LeBeau gets it right in another post, “Winery Tasting Notes Done Right” (Dec. 17, 2019). Wine label palaver and screaming scores are brutal efforts to make a sale; or as she recalls some overused adjectives — in this case “chocolatey” — backfire:

“What are the benefits of telling consumers that a wine has notes of chocolate? Sure, there may be a halo effect on the wine from positive associations with chocolate. That may help someone pick up a bottle. But there is also a risk of negative associations backfiring, too. Back in my retail days, I once had a customer get turned off by a wine described as chocolatey because she was lactose intolerant. (Yeah, I know.) But you get the same issues with virtually every descriptor.”

She adds this bit of corrective invective: “A tasting note should convey what sets one ‘balanced, Bordeaux-style wine [that] coats the palate with a velvety richness and fine tannin structure’ apart from every other balanced, velvety rich and finely tannic wine. Otherwise, it is just blowing the same useless, marketing BS that virtually every other bottle is blowing. Where is the consumer being helped in this?”

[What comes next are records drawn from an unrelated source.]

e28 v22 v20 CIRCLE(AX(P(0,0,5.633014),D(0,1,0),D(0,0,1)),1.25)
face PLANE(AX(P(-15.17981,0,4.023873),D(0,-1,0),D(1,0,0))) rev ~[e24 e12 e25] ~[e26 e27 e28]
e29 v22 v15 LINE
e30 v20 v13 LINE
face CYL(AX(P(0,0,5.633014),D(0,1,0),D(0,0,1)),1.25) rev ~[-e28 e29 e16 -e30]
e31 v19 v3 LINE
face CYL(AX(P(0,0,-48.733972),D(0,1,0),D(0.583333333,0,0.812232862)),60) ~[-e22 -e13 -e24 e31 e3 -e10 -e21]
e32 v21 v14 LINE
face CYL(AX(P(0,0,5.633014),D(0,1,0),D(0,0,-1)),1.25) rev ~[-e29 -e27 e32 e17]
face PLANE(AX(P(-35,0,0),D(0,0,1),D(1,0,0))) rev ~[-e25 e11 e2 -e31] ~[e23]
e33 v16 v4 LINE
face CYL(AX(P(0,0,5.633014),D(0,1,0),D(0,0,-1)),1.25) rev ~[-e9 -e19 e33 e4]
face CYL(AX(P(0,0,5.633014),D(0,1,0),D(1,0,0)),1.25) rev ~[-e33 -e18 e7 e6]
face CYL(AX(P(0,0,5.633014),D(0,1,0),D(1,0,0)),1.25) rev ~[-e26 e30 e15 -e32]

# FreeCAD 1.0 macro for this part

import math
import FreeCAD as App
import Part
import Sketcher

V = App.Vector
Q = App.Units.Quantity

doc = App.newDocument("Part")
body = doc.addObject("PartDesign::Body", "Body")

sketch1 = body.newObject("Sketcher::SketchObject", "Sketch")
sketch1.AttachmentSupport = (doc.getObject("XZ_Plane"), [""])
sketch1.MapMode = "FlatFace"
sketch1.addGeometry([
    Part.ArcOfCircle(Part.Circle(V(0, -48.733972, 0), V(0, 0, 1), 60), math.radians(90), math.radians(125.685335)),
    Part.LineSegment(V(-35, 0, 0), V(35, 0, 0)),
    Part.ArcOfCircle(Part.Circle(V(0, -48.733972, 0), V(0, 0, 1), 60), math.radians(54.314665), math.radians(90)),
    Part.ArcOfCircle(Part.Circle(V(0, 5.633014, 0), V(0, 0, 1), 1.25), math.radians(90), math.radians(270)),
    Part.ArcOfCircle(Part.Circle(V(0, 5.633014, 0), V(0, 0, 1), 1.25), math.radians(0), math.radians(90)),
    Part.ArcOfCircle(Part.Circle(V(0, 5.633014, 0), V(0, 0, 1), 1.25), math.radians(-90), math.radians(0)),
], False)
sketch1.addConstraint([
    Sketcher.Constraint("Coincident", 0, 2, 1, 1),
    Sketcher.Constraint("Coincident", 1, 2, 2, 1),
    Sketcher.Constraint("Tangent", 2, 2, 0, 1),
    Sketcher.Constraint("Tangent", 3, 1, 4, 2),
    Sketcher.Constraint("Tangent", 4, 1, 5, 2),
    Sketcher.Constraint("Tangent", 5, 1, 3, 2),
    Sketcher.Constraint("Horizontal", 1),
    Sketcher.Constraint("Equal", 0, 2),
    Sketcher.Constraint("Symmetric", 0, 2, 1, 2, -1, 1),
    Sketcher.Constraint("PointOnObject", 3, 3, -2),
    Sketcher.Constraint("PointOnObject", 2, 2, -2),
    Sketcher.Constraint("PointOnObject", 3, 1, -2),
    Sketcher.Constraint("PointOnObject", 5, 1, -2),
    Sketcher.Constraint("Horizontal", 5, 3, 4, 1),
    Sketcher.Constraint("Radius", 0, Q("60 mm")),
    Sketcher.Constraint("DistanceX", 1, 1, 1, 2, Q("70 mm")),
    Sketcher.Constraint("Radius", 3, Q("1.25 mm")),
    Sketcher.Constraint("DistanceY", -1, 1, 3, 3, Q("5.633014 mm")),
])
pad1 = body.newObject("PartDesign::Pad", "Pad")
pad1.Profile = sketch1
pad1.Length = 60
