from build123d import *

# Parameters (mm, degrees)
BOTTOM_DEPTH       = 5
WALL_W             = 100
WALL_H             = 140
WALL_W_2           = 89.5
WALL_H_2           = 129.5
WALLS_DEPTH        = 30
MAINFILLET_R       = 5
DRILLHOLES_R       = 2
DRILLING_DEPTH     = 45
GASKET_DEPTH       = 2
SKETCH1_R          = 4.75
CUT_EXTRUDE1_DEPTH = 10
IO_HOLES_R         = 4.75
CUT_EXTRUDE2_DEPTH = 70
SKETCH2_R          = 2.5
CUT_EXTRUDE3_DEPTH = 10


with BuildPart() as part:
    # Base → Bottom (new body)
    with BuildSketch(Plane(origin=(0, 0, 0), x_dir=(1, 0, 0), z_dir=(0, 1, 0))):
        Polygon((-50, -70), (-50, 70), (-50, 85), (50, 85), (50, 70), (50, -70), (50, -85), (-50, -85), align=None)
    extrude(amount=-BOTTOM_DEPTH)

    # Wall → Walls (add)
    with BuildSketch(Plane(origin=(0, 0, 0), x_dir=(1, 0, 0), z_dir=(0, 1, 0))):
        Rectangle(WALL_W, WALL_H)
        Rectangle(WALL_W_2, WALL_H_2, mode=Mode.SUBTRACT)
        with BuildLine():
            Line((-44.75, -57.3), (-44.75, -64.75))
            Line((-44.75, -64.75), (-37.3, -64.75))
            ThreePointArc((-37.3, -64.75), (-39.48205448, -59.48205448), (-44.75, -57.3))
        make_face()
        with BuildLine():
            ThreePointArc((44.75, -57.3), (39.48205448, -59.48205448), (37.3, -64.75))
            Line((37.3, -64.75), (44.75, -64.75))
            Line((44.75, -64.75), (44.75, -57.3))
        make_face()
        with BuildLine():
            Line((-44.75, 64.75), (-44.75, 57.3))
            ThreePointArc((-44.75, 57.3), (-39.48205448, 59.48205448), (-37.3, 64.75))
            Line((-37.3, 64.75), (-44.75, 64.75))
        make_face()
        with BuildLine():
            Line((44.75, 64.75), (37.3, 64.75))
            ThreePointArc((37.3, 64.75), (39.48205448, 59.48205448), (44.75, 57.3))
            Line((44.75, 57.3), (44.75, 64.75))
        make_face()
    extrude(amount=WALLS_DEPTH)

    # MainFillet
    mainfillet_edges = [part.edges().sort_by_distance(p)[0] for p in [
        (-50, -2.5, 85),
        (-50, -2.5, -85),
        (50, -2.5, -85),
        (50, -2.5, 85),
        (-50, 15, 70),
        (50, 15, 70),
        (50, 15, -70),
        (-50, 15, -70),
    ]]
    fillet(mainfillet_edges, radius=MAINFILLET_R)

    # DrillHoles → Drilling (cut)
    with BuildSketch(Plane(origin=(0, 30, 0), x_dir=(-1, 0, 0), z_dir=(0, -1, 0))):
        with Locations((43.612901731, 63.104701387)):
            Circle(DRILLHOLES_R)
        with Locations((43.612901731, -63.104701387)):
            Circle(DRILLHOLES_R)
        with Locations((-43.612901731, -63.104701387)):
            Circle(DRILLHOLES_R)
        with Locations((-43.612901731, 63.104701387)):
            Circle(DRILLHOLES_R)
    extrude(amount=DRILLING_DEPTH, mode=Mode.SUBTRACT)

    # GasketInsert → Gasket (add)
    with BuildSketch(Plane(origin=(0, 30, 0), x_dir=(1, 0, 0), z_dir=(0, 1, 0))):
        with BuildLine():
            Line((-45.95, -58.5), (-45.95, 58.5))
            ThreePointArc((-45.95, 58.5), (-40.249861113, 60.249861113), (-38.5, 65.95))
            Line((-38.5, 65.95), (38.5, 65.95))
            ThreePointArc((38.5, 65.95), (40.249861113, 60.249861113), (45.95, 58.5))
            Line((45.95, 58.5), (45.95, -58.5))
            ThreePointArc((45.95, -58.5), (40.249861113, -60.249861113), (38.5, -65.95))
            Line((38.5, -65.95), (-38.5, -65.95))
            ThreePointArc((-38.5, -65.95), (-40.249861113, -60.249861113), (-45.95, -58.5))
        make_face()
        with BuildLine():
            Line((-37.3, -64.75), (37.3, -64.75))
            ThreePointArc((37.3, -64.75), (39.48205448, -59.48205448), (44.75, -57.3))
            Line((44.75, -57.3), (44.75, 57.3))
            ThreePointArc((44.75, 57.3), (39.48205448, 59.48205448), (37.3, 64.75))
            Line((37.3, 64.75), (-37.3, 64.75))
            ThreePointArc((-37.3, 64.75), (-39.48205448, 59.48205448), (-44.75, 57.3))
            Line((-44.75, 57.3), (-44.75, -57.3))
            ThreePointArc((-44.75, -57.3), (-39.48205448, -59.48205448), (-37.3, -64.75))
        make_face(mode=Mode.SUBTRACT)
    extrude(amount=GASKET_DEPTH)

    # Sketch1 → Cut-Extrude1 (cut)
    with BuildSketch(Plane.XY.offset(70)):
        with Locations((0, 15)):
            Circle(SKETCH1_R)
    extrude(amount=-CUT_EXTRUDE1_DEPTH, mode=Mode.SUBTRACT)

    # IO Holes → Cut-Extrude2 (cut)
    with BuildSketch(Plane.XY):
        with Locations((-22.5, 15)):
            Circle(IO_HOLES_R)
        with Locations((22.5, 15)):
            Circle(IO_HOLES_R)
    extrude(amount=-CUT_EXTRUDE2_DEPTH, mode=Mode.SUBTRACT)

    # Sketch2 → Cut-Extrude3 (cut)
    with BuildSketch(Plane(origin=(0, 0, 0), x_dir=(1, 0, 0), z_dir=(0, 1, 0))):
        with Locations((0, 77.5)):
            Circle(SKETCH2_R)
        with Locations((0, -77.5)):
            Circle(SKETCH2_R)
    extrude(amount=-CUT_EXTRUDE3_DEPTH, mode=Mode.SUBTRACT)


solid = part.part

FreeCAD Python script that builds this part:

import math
import FreeCAD as App
import Part
import Sketcher

V = App.Vector


def edges_at(feature, points):
    """Names of the edges that pass closest to the given points."""
    edges = feature.Shape.Edges
    near = lambda p: min(range(len(edges)), key=lambda i: edges[i].distToShape(Part.Vertex(*p))[0])
    return sorted({f"Edge{near(p) + 1}" for p in points})

doc = App.newDocument("Part")
body = doc.addObject("PartDesign::Body", "Body")

# Sketch on XZ plane
sketch1 = body.newObject("Sketcher::SketchObject", "Sketch")
sketch1.AttachmentSupport = (doc.getObject("XZ_Plane"), [""])
sketch1.MapMode = "FlatFace"
sketch1.addGeometry(Part.LineSegment(V(-50, -85, 0), V(-50, 85, 0)), False)
sketch1.addGeometry(Part.LineSegment(V(-50, 85, 0), V(50, 85, 0)), False)
sketch1.addGeometry(Part.LineSegment(V(50, 85, 0), V(50, -85, 0)), False)
sketch1.addGeometry(Part.LineSegment(V(50, -85, 0), V(-50, -85, 0)), False)
sketch1.addConstraint(Sketcher.Constraint("Coincident", 0, 2, 1, 1))
sketch1.addConstraint(Sketcher.Constraint("Coincident", 1, 2, 2, 1))
sketch1.addConstraint(Sketcher.Constraint("Coincident", 2, 2, 3, 1))
sketch1.addConstraint(Sketcher.Constraint("Coincident", 3, 2, 0, 1))
sketch1.addConstraint(Sketcher.Constraint("Vertical", 0))
sketch1.addConstraint(Sketcher.Constraint("Horizontal", 1))
sketch1.addConstraint(Sketcher.Constraint("Vertical", 2))
sketch1.addConstraint(Sketcher.Constraint("Horizontal", 3))
sketch1.addConstraint(Sketcher.Constraint("Symmetric", 0, 2, 2, 2, -1, 1))
sketch1.addConstraint(Sketcher.Constraint("DistanceX", 1, 1, 1, 2, 100.0))
sketch1.addConstraint(Sketcher.Constraint("DistanceY", 0, 1, 0, 2, 170.0))
pad1 = body.newObject("PartDesign::Pad", "Pad")
pad1.Profile = sketch1
pad1.Length = 5

# Sketch on XZ plane
sketch2 = body.newObject("Sketcher::SketchObject", "Sketch001")
sketch2.AttachmentSupport = (doc.getObject("XZ_Plane"), [""])
sketch2.MapMode = "FlatFace"
sketch2.addGeometry(Part.LineSegment(V(-50, -70, 0), V(-50, 70, 0)), False)
sketch2.addGeometry(Part.LineSegment(V(-50, 70, 0), V(50, 70, 0)), False)
sketch2.addGeometry(Part.LineSegment(V(50, 70, 0), V(50, -70, 0)), False)
sketch2.addGeometry(Part.LineSegment(V(50, -70, 0), V(-50, -70, 0)), False)
sketch2.addGeometry(Part.LineSegment(V(37, 65, 0), V(-37, 65, 0)), False)
sketch2.addGeometry(Part.ArcOfCircle(Part.Circle(V(-45, 65, 0), V(0, 0, 1), 7), math.radians(-90), math.radians(0)), False)
sketch2.addGeometry(Part.LineSegment(V(-45, 57, 0), V(-45, -57, 0)), False)
sketch2.addGeometry(Part.ArcOfCircle(Part.Circle(V(-45, -65, 0), V(0, 0, 1), 7), math.radians(0), math.radians(90)), False)
sketch2.addGeometry(Part.LineSegment(V(-37, -65, 0), V(37, -65, 0)), False)
sketch2.addGeometry(Part.ArcOfCircle(Part.Circle(V(45, -65, 0), V(0, 0, 1), 7), math.radians(90), math.radians(180)), False)
sketch2.addGeometry(Part.LineSegment(V(45, -57, 0), V(45, 57, 0)), False)
sketch2.addGeometry(Part.ArcOfCircle(Part.Circle(V(45, 65, 0), V(0, 0, 1), 7), math.radians(180), math.radians(270)), False)
sketch2.addConstraint(Sketcher.Constraint("Coincident", 0, 2, 1, 1))
sketch2.addConstraint(Sketcher.Constraint("Coincident", 1, 2, 2, 1))
sketch2.addConstraint(Sketcher.Constraint("Coincident", 2, 2, 3, 1))
sketch2.addConstraint(Sketcher.Constraint("Coincident", 3, 2, 0, 1))
sketch2.addConstraint(Sketcher.Constraint("Coincident", 4, 2, 5, 2))
sketch2.addConstraint(Sketcher.Constraint("Coincident", 5, 1, 6, 1))
sketch2.addConstraint(Sketcher.Constraint("Coincident", 6, 2, 7, 2))
sketch2.addConstraint(Sketcher.Constraint("Coincident", 7, 1, 8, 1))
sketch2.addConstraint(Sketcher.Constraint("Coincident", 8, 2, 9, 2))
sketch2.addConstraint(Sketcher.Constraint("Coincident", 9, 1, 10, 1))
sketch2.addConstraint(Sketcher.Constraint("Coincident", 10, 2, 11, 2))
sketch2.addConstraint(Sketcher.Constraint("Coincident", 11, 1, 4, 1))
sketch2.addConstraint(Sketcher.Constraint("Vertical", 0))
sketch2.addConstraint(Sketcher.Constraint("Horizontal", 1))
sketch2.addConstraint(Sketcher.Constraint("Vertical", 2))
sketch2.addConstraint(Sketcher.Constraint("Horizontal", 3))
sketch2.addConstraint(Sketcher.Constraint("Horizontal", 4))
sketch2.addConstraint(Sketcher.Constraint("Vertical", 6))
sketch2.addConstraint(Sketcher.Constraint("Horizontal", 8))
sketch2.addConstraint(Sketcher.Constraint("Vertical", 10))
sketch2.addConstraint(Sketcher.Constraint("Equal", 5, 7))
sketch2.addConstraint(Sketcher.Constraint("Equal", 7, 9))
sketch2.addConstraint(Sketcher.Constraint("Equal", 9, 11))
sketch2.addConstraint(Sketcher.Constraint("Symmetric", 5, 3, 9, 3, -1, 1))
sketch2.addConstraint(Sketcher.Constraint("Symmetric", 7, 3, 11, 3, -1, 1))
sketch2.addConstraint(Sketcher.Constraint("Symmetric", 0, 2, 2, 2, -1, 1))
sketch2.addConstraint(Sketcher.Constraint("Symmetric", 7, 3, 9, 3, -2))
sketch2.addConstraint(Sketcher.Constraint("Horizontal", 11, 3, 4, 2))
sketch2.addConstraint(Sketcher.Constraint("Horizontal", 9, 3, 7, 1))
sketch2.addConstraint(Sketcher.Constraint("Vertical", 7, 3, 5, 1))
sketch2.addConstraint(Sketcher.Constraint("Vertical", 11, 3, 9, 1))
sketch2.addConstraint(Sketcher.Constraint("DistanceX", 1, 1, 1, 2, 100.0))
sketch2.addConstraint(Sketcher.Constraint("DistanceY", 0, 1, 0, 2, 140.0))
sketch2.addConstraint(Sketcher.Constraint("Radius", 5, 7.45))
sketch2.addConstraint(Sketcher.Constraint("DistanceX", 4, 2, 4, 1, 74.6))
sketch2.addConstraint(Sketcher.Constraint("DistanceY", 6, 2, 6, 1, 114.6))
pad2 = body.newObject("PartDesign::Pad", "Pad001")
pad2.Profile = sketch2
pad2.Length = 30
pad2.Reversed = True
doc.recompute()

Once more, a little effort at the display shelf can help you fly by the nets of seductive prose or meaningless numbers. And speaking of numbers...

Vintage refers to the year wine grapes were harvested and made into wine. A stroll down the supermarket trail will likely have rows of wine of recent years or no years at all on the label front. Winemakers and retailers have an imperative to move goods. So newness — so American a preference — assists the effort. Subliminally, new means “better” or “fresher.” Or “most fashionable, hip, comtempo, so YOU.” Since 92 percent of wine purchased is consumed with three days of purchase suggests that new wine is better than old wine, right?

Just think if you had a ‘55 Thunderbird in your garage instead of your great aunt’s last Ford Escort — with the passenger door panel crunched in two places — that you inherited. It also comes with a clothes hanger substitute for the radio antenna.

Value, indeed, comes from experience and occasion rather than what someone else insists. Wine in a glass in hand is a tutor, so let it tell its story.